I personally primarily want this for debugging purposes, and we should
try to eventually report errors in a more comprehensible way than
HSAILasm.  But more generally, and more importantly, if the input,
whether human readable or not, is incorrect, the compiler should not
produce an "internal error."  If that happens, users will file bugs
against gcc when in fact it is the generating tool that is broken.
One you maintain the FE, you personally will not want this :-)

> 

> "File format not recognized" error is one that might be useful though.

> I added a check for the BRIG magic number and the supported version (1.0).

> 

> Perhaps we should add error printouts later on case by case basis when we

> see which error cases can be useful and worth reporting in a human readable

> graceful manner? It can be as easy as converting the internal_error

> to fatal_error or similar in that case.

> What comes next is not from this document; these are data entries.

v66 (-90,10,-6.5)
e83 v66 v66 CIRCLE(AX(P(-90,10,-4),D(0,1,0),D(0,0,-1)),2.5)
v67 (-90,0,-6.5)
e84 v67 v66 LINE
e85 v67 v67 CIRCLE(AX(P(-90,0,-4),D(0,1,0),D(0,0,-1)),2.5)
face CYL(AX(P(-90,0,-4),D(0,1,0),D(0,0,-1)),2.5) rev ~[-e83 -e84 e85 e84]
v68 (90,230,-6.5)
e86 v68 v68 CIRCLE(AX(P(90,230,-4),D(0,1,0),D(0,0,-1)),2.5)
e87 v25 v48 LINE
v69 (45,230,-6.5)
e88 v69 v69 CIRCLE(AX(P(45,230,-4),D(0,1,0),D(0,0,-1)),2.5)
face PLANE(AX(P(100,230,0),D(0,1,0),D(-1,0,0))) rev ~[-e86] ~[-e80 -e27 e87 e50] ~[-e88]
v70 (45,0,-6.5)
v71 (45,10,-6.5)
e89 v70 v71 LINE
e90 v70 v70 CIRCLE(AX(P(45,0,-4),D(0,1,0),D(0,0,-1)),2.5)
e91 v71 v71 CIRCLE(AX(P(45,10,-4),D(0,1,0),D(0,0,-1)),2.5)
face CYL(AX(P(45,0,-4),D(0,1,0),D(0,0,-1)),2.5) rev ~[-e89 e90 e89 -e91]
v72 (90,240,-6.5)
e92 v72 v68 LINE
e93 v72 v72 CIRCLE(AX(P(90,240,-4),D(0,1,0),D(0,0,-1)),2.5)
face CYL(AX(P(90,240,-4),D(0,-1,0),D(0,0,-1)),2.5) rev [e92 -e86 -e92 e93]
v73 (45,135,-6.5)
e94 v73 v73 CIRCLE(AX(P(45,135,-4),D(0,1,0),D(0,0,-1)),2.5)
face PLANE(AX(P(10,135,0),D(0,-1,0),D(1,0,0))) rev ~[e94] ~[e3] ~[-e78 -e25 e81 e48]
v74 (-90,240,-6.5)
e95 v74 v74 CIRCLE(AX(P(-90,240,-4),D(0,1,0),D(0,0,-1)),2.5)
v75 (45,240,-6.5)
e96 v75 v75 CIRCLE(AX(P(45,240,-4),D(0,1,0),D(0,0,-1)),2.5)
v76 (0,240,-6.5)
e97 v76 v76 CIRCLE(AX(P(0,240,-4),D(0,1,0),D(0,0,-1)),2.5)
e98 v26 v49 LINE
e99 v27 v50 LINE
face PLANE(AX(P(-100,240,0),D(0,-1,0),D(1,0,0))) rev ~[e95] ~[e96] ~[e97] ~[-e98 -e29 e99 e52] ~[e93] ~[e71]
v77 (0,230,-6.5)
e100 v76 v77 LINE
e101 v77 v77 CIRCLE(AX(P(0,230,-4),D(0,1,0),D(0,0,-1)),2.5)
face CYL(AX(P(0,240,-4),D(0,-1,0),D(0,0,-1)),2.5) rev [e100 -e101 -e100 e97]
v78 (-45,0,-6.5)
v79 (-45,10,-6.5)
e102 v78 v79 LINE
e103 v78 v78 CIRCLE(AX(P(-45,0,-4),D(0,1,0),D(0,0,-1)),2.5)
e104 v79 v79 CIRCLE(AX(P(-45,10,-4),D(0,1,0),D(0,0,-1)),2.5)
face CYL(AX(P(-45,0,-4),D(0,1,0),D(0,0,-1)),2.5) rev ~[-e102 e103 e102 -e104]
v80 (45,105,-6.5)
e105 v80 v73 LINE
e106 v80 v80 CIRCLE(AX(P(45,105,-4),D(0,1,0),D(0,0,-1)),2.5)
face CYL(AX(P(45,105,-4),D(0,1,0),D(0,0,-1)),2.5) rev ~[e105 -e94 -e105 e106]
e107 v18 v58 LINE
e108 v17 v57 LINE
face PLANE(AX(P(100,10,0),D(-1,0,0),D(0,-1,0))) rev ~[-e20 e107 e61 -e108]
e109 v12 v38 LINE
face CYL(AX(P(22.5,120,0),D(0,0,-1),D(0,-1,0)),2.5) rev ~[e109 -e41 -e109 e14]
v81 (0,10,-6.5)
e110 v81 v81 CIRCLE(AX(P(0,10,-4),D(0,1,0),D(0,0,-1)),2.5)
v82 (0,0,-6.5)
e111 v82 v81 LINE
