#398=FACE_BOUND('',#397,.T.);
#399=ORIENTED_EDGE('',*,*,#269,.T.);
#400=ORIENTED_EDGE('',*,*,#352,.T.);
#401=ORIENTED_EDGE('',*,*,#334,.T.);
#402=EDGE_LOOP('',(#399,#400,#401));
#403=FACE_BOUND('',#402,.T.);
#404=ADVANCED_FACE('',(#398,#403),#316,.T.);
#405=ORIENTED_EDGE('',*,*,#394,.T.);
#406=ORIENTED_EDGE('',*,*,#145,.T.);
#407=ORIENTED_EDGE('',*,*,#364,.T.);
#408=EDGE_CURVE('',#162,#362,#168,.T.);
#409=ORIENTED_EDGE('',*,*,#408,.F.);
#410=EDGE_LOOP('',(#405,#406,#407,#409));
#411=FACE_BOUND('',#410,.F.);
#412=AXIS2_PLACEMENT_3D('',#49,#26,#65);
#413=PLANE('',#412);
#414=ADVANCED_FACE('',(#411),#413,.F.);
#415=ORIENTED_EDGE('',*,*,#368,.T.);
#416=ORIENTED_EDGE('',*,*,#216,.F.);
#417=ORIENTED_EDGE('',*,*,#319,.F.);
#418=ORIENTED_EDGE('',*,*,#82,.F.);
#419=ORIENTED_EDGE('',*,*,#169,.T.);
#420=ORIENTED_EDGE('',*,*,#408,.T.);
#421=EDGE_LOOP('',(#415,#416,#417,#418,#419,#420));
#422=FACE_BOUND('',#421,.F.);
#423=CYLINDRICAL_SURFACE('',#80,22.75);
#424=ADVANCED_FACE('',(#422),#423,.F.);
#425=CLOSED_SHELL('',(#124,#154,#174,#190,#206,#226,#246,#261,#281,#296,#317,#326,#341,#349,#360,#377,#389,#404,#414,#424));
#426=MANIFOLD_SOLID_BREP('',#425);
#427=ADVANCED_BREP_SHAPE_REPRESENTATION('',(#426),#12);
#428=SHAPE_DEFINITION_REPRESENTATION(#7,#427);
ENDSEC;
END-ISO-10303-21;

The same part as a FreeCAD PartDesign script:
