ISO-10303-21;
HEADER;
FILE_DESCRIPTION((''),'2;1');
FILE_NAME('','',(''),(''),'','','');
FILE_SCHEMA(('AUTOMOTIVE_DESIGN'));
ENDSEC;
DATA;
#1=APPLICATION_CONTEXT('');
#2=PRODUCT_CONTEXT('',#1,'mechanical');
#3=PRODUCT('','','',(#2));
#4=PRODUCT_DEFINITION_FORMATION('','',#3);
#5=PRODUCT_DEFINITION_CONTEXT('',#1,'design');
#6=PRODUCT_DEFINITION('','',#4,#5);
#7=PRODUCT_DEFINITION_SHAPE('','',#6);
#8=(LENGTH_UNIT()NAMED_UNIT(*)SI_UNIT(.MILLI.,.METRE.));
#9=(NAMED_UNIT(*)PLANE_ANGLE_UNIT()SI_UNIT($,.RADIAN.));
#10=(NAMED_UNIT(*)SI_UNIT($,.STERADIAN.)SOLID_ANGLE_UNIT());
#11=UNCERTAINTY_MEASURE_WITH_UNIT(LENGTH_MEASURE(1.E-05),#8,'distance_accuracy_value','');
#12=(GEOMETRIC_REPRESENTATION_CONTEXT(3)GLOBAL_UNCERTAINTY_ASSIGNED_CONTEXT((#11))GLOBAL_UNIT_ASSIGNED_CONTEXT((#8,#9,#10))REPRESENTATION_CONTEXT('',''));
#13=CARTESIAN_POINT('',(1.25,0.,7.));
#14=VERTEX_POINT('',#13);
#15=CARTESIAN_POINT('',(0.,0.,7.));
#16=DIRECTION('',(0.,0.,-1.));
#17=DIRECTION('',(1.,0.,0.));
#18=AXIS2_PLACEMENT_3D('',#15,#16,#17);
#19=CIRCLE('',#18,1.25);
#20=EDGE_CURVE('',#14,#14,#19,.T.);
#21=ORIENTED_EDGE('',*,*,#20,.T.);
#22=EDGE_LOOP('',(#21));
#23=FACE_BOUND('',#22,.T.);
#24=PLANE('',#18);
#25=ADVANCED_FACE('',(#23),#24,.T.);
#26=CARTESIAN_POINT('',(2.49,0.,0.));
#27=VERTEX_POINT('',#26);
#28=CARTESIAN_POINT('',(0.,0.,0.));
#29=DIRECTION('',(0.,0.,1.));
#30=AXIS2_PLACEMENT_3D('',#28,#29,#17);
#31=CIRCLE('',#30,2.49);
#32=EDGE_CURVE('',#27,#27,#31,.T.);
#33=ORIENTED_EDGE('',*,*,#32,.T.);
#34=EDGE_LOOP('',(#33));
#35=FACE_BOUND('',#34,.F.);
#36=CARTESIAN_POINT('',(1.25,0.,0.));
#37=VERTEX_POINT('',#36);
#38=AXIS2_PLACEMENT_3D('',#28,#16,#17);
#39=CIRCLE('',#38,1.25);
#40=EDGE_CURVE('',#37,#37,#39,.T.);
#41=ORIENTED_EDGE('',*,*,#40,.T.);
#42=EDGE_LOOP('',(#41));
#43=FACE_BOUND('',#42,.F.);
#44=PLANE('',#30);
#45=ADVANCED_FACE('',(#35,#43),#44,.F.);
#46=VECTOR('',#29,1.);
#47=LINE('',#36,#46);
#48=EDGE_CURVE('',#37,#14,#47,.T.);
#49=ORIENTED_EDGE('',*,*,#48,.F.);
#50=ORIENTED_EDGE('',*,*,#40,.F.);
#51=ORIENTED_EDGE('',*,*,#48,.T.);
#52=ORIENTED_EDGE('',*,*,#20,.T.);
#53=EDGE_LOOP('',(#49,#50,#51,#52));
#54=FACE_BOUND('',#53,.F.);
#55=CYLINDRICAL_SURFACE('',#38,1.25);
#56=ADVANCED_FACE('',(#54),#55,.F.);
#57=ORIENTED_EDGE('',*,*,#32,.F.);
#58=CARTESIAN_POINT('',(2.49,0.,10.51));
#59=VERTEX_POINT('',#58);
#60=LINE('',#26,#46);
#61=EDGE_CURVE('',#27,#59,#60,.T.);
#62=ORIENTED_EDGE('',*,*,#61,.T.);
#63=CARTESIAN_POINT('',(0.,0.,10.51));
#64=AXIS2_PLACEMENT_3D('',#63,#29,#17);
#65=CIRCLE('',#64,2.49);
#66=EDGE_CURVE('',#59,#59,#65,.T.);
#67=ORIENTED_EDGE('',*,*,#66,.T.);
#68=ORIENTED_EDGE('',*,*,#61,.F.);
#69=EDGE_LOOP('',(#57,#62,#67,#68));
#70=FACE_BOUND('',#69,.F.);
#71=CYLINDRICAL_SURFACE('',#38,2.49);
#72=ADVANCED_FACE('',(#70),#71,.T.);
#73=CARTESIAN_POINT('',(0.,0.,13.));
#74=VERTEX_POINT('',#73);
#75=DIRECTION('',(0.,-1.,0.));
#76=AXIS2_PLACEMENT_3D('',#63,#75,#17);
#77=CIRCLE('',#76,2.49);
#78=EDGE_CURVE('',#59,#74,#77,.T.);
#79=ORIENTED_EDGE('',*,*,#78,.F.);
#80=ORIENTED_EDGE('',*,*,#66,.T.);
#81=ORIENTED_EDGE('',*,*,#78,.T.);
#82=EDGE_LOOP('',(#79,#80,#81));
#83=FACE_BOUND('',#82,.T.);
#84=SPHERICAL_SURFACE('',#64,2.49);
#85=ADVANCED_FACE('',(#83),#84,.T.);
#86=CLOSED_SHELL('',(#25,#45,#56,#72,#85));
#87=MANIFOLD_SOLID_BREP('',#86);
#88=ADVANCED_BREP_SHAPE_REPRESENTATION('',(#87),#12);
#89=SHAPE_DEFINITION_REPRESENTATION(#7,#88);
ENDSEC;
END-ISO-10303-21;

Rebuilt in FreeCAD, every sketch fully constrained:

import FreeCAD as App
import Part
import Sketcher


def edges_at(feature, points):
    """Names of the edges that pass closest to the given points."""
    edges = feature.Shape.Edges
    near = lambda p: min(range(len(edges)), key=lambda i: edges[i].distToShape(Part.Vertex(*p))[0])
    return sorted({f"Edge{near(p) + 1}" for p in points})

doc = App.newDocument("Part")
body = doc.addObject("PartDesign::Body", "Body")

sketch1 = body.newObject("Sketcher::SketchObject", "Sketch")
sketch1.AttachmentSupport = (doc.getObject("XY_Plane"), [""])
sketch1.MapMode = "FlatFace"
sketch1.addGeometry(Part.Circle(App.Vector(0, 0, 0), App.Vector(0, 0, 1), 2.5), False)
sketch1.addConstraint(Sketcher.Constraint("Coincident", 0, 3, -1, 1))
sketch1.addConstraint(Sketcher.Constraint("Diameter", 0, 4.98))
pad1 = body.newObject("PartDesign::Pad", "Pad")
pad1.Profile = sketch1
pad1.Length = 13

sketch2 = body.newObject("Sketcher::SketchObject", "Sketch001")
sketch2.AttachmentSupport = (doc.getObject("XY_Plane"), [""])
sketch2.MapMode = "FlatFace"
sketch2.addGeometry(Part.Circle(App.Vector(0, 0, 0), App.Vector(0, 0, 1), 1.2), False)
sketch2.addConstraint(Sketcher.Constraint("Coincident", 0, 3, -1, 1))
sketch2.addConstraint(Sketcher.Constraint("Diameter", 0, 2.5))
pocket1 = body.newObject("PartDesign::Pocket", "Pocket")
pocket1.Profile = sketch2
pocket1.Length = 7
pocket1.Reversed = True
doc.recompute()

fillet = body.newObject("PartDesign::Fillet", "Fillet")
fillet.Base = (pocket1, edges_at(pocket1, [(-2.49, 0, 13)]))
fillet.Radius = 2.49

doc.recompute()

Yeah, that is what I meant, together with printing some information
about offsets in different sections where the error is.

> 

> > - A very minor suggestion: In GCC it is customary to write TODO as one

> >   word.  We generally do not use "TO OPTIMIZE", that is just a TODO

> >   (as opposed to a FIXME, which hints that something is at least a bit

> >   wrong here).  I think you can keep your way if you want but for

> >   example I do have emacs highlighting set up for the traditional

> >   formats.

> 

> Converted all to TODO.

> 

> > - You do not seem to handle BRIG_OPCODE_ICALL, or have I missed it?

> >   That is fine, I don't think anybody else does that now anyway, I

> >   just got curious reading the ipa analysis.

> 

> Right.

> 

> > - brig-lang.c:

> >   + x_flag_whole_program = 0; - talk about this with Honza

> 

> I guess this is note to yourself? As we agreed I didn't try whole program

> optimizations yet.  I might later when optimizing for a target. It will

> be really useful, I agree. Now that it used the proper builtin way, it

> might work more easily.


Right, it was a note for myself.

> 

> >   + brig_langhook_type_for_size: has several issues.  Either always

> >     return a type like go or return error_mark_node instead of NULL.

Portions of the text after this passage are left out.